EXERCISE AIM: Your answer must hold only the lines below from the line containing "#175=AXIS2_PLACEMENT_3D('',#86,#39,#46);" through the line containing "#185=ORIENTED_EDGE('',*,*,#98,.F.);", each reproduced exactly.
╭─ SOURCE RECORDS
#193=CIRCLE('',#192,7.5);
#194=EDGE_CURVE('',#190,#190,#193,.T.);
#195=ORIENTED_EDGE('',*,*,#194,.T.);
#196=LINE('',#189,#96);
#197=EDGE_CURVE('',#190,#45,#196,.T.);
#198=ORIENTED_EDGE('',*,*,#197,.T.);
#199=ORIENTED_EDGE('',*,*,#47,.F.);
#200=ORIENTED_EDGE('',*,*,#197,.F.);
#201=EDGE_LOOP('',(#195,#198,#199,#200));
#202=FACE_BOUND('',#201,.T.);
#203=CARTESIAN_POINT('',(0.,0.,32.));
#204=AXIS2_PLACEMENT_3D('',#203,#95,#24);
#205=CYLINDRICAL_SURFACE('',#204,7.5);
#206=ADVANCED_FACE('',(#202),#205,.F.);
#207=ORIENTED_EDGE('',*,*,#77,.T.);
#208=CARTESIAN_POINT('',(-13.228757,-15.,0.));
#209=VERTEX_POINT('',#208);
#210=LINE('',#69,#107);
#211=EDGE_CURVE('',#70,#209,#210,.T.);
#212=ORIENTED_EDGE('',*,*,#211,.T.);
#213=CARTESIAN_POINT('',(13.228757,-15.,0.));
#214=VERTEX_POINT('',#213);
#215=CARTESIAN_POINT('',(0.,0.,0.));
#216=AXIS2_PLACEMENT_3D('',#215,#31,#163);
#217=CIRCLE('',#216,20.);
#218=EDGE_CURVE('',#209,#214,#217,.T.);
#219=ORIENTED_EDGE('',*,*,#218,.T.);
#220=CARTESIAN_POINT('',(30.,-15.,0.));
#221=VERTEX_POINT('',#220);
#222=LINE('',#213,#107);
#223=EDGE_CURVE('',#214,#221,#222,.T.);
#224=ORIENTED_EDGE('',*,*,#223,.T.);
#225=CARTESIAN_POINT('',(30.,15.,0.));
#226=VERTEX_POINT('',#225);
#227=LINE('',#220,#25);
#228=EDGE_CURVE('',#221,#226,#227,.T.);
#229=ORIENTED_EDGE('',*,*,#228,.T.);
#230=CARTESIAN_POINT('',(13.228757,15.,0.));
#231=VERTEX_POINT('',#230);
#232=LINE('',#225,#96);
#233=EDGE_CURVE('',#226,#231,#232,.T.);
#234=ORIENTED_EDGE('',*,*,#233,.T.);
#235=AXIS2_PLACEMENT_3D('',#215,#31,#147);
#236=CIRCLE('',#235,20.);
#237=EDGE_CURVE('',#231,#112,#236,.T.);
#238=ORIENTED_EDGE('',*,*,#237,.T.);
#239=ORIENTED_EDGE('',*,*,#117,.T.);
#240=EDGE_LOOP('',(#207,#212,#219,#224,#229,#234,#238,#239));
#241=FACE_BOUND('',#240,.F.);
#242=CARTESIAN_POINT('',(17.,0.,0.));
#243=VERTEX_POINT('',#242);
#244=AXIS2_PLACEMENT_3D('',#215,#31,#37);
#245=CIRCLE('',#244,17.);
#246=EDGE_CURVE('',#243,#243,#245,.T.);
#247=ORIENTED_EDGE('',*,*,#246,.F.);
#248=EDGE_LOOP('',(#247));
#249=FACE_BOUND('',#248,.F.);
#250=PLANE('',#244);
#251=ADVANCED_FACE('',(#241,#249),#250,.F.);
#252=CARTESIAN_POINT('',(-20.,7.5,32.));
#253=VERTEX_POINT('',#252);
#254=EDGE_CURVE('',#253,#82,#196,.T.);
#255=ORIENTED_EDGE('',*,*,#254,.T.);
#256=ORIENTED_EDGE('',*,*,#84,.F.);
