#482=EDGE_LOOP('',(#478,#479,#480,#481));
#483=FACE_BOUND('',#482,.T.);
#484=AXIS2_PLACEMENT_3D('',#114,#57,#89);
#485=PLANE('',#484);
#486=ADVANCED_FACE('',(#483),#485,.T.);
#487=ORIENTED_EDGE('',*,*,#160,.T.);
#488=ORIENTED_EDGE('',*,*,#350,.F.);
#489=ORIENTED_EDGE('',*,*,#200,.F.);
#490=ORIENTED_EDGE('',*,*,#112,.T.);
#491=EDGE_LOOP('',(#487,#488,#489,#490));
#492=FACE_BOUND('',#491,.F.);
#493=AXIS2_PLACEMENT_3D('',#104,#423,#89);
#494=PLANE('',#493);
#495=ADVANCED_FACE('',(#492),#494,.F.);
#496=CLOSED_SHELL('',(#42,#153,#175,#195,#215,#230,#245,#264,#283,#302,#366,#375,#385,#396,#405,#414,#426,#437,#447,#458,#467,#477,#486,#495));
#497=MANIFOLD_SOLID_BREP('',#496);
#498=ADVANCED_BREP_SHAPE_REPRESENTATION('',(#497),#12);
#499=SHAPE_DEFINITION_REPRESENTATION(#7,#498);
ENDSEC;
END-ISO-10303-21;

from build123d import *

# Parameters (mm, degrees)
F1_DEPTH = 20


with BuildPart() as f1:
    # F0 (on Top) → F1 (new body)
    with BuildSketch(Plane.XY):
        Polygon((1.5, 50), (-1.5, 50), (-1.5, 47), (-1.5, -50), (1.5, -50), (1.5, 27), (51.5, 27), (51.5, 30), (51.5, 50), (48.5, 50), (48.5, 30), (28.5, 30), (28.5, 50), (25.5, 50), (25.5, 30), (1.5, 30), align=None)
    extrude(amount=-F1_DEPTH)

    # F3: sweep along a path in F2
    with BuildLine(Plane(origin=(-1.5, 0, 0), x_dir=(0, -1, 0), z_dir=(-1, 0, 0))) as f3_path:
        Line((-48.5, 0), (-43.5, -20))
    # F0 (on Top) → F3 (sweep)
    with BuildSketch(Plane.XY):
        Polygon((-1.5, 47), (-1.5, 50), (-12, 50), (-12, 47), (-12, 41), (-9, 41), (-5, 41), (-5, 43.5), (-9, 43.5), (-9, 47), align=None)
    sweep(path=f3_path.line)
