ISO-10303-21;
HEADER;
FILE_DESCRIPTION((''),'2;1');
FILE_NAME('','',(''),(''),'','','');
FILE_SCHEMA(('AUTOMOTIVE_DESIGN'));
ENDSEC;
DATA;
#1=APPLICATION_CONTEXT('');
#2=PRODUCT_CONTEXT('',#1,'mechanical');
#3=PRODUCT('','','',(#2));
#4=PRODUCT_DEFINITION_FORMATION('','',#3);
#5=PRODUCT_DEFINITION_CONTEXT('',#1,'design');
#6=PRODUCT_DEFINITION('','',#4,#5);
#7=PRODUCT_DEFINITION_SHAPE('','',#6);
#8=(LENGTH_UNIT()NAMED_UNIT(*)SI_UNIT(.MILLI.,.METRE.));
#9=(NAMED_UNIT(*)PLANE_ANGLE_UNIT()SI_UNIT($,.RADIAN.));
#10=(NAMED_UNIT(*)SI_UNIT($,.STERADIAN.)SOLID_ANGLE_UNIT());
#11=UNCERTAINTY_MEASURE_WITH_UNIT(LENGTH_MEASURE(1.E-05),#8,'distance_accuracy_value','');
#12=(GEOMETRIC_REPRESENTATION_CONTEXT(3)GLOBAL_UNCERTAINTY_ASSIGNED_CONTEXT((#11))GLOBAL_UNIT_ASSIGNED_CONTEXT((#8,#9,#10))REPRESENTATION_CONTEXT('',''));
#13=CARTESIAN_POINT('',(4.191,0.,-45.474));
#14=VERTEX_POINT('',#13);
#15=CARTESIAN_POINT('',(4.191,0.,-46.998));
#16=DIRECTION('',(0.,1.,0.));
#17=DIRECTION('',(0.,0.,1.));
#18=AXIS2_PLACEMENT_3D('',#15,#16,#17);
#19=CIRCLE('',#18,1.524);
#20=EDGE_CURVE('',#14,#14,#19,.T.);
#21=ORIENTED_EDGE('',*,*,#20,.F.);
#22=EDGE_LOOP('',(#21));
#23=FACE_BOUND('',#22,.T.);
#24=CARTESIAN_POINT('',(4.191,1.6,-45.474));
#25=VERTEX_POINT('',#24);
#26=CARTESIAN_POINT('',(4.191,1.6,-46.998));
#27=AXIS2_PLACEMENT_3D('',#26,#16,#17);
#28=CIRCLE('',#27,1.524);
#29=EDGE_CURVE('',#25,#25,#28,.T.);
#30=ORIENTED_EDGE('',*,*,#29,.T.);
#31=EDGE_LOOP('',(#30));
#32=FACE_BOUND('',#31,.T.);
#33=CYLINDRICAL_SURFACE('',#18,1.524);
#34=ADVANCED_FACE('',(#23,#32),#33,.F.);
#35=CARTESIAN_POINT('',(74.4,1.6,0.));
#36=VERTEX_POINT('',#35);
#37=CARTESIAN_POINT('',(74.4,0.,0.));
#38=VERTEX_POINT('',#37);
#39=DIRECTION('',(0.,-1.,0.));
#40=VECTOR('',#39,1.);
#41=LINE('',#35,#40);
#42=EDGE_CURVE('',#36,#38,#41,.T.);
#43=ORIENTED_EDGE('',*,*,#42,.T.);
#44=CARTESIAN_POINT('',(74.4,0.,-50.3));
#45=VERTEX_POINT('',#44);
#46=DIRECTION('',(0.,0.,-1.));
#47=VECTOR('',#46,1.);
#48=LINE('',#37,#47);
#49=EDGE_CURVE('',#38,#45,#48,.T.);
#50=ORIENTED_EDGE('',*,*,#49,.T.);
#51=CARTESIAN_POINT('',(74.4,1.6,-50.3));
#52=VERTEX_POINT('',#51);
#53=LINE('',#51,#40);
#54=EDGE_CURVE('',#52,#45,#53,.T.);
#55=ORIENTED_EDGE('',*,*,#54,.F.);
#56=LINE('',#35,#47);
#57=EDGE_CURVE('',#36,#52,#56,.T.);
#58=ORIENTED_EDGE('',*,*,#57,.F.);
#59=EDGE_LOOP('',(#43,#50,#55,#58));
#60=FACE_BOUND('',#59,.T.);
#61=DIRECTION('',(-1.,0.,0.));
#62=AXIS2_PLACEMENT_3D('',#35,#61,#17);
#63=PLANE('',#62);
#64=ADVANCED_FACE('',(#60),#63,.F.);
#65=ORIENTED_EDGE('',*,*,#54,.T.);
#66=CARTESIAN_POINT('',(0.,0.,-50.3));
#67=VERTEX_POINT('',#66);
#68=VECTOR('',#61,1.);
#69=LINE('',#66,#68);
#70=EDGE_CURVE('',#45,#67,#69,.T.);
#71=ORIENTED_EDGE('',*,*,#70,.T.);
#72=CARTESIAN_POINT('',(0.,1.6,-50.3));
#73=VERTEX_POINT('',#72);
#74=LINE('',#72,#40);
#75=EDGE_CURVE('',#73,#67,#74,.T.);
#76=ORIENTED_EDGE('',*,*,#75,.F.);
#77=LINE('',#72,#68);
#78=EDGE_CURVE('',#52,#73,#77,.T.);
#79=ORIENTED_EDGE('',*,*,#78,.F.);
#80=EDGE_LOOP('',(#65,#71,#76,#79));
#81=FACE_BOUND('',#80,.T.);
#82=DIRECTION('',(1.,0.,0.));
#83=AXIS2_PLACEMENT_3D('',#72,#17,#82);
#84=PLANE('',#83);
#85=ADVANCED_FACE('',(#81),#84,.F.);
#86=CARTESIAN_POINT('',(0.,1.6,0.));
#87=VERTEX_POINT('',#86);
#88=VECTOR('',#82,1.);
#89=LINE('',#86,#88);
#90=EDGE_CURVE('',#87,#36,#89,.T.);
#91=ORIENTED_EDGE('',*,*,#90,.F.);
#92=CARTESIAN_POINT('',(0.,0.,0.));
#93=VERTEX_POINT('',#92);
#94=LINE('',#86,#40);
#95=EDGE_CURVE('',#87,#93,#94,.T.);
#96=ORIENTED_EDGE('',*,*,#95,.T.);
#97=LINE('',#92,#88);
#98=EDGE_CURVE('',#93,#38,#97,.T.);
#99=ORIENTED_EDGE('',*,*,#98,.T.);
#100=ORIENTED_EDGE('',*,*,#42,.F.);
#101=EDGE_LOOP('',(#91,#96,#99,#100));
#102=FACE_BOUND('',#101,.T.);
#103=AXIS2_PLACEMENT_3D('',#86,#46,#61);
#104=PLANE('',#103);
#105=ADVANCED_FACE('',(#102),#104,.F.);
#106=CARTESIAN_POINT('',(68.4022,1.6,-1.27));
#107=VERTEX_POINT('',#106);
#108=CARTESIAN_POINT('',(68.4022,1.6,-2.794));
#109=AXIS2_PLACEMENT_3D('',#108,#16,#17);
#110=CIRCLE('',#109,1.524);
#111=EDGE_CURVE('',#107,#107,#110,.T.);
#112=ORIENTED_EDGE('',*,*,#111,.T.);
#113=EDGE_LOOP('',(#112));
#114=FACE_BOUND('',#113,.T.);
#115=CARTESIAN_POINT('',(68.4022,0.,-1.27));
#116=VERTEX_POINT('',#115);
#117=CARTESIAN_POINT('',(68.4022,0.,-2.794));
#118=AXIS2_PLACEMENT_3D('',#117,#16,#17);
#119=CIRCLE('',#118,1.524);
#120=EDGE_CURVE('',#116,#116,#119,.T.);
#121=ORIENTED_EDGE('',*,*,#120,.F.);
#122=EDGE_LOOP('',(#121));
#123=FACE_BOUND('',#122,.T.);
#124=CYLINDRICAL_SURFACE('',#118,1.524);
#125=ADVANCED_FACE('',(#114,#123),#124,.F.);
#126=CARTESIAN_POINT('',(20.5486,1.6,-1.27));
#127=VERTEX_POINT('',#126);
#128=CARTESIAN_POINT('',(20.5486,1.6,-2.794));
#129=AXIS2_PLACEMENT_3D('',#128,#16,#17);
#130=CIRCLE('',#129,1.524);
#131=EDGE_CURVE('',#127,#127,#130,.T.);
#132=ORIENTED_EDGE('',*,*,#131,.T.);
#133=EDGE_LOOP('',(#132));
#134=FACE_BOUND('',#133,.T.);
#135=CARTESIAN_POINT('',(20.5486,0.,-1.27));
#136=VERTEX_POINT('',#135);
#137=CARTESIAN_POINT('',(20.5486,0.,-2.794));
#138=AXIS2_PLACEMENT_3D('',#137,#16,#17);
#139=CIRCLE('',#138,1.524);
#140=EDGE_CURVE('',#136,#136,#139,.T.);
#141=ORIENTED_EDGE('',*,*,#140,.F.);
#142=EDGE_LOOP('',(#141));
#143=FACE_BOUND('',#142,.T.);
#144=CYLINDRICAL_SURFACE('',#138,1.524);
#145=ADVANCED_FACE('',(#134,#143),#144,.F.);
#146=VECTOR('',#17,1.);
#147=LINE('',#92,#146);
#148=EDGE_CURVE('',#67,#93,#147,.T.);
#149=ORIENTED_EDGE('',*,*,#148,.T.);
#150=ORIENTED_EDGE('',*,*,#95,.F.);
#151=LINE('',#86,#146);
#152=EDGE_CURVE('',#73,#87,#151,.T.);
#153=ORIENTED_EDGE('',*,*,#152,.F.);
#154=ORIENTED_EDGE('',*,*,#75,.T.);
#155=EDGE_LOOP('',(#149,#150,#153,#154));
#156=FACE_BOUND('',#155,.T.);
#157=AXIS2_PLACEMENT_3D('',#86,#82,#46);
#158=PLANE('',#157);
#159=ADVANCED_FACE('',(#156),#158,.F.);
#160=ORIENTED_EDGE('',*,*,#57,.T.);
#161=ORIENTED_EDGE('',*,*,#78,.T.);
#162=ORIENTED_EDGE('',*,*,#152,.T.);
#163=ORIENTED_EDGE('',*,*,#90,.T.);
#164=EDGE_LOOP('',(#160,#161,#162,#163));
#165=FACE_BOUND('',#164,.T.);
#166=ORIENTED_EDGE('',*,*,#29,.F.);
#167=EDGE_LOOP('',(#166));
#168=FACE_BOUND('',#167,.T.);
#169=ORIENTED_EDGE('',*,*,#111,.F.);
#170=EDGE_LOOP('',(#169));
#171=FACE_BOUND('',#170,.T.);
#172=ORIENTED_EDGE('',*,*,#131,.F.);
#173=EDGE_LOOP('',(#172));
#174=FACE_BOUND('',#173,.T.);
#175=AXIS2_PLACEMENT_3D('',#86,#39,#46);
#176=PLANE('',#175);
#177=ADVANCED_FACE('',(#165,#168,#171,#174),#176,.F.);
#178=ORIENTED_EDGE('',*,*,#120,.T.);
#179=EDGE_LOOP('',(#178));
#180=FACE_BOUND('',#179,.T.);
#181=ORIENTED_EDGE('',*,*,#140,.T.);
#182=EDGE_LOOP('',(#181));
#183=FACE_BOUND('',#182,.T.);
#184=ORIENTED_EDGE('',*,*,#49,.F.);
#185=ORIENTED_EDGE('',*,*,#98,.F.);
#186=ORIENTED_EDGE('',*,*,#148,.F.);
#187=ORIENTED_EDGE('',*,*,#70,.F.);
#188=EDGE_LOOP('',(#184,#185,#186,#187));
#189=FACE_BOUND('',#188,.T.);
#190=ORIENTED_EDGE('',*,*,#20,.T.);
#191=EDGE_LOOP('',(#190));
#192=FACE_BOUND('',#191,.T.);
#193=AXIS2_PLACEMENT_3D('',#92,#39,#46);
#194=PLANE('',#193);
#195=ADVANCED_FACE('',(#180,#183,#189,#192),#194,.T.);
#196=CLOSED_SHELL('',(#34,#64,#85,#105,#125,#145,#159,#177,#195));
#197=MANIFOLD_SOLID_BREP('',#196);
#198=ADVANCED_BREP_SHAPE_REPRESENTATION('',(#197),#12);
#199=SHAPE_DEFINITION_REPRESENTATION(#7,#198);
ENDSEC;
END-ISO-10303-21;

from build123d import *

# Parameters (mm, degrees)
SKETCH1_W           = 74.4
SKETCH1_H           = 50.3
BOSS_EXTRUDE1_DEPTH = 1.6
SKETCH3_R           = 1.524
CUT_EXTRUDE1_DEPTH  = 1.6


with BuildPart() as part:
    # Sketch1 → Boss-Extrude1 (new body)
    with BuildSketch(Plane(origin=(0, 0, 0), x_dir=(1, 0, 0), z_dir=(0, 1, 0))):
        with Locations((37.2, 25.15)):
            Rectangle(SKETCH1_W, SKETCH1_H)
    extrude(amount=BOSS_EXTRUDE1_DEPTH)

    # Sketch3 → Cut-Extrude1 (cut)
    with BuildSketch(Plane(origin=(0, 1.6, 0), x_dir=(1, 0, 0), z_dir=(0, 1, 0))):
        with Locations(Location((20.5486, 2.794, 0), (0, 0, 270))):
            Circle(SKETCH3_R)
        with Locations(Location((68.4022, 2.794, 0), (0, 0, 270))):
            Circle(SKETCH3_R)
        with Locations(Location((4.191, 46.998, 0), (0, 0, 270))):
            Circle(SKETCH3_R)
    extrude(amount=-CUT_EXTRUDE1_DEPTH, mode=Mode.SUBTRACT)


solid = part.part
╰─
ANSWER FOR THIS EXERCISE:
#175=AXIS2_PLACEMENT_3D('',#86,#39,#46);
#176=PLANE('',#175);
#177=ADVANCED_FACE('',(#165,#168,#171,#174),#176,.F.);
#178=ORIENTED_EDGE('',*,*,#120,.T.);
#179=EDGE_LOOP('',(#178));
#180=FACE_BOUND('',#179,.T.);
#181=ORIENTED_EDGE('',*,*,#140,.T.);
#182=EDGE_LOOP('',(#181));
#183=FACE_BOUND('',#182,.T.);
#184=ORIENTED_EDGE('',*,*,#49,.F.);
#185=ORIENTED_EDGE('',*,*,#98,.F.);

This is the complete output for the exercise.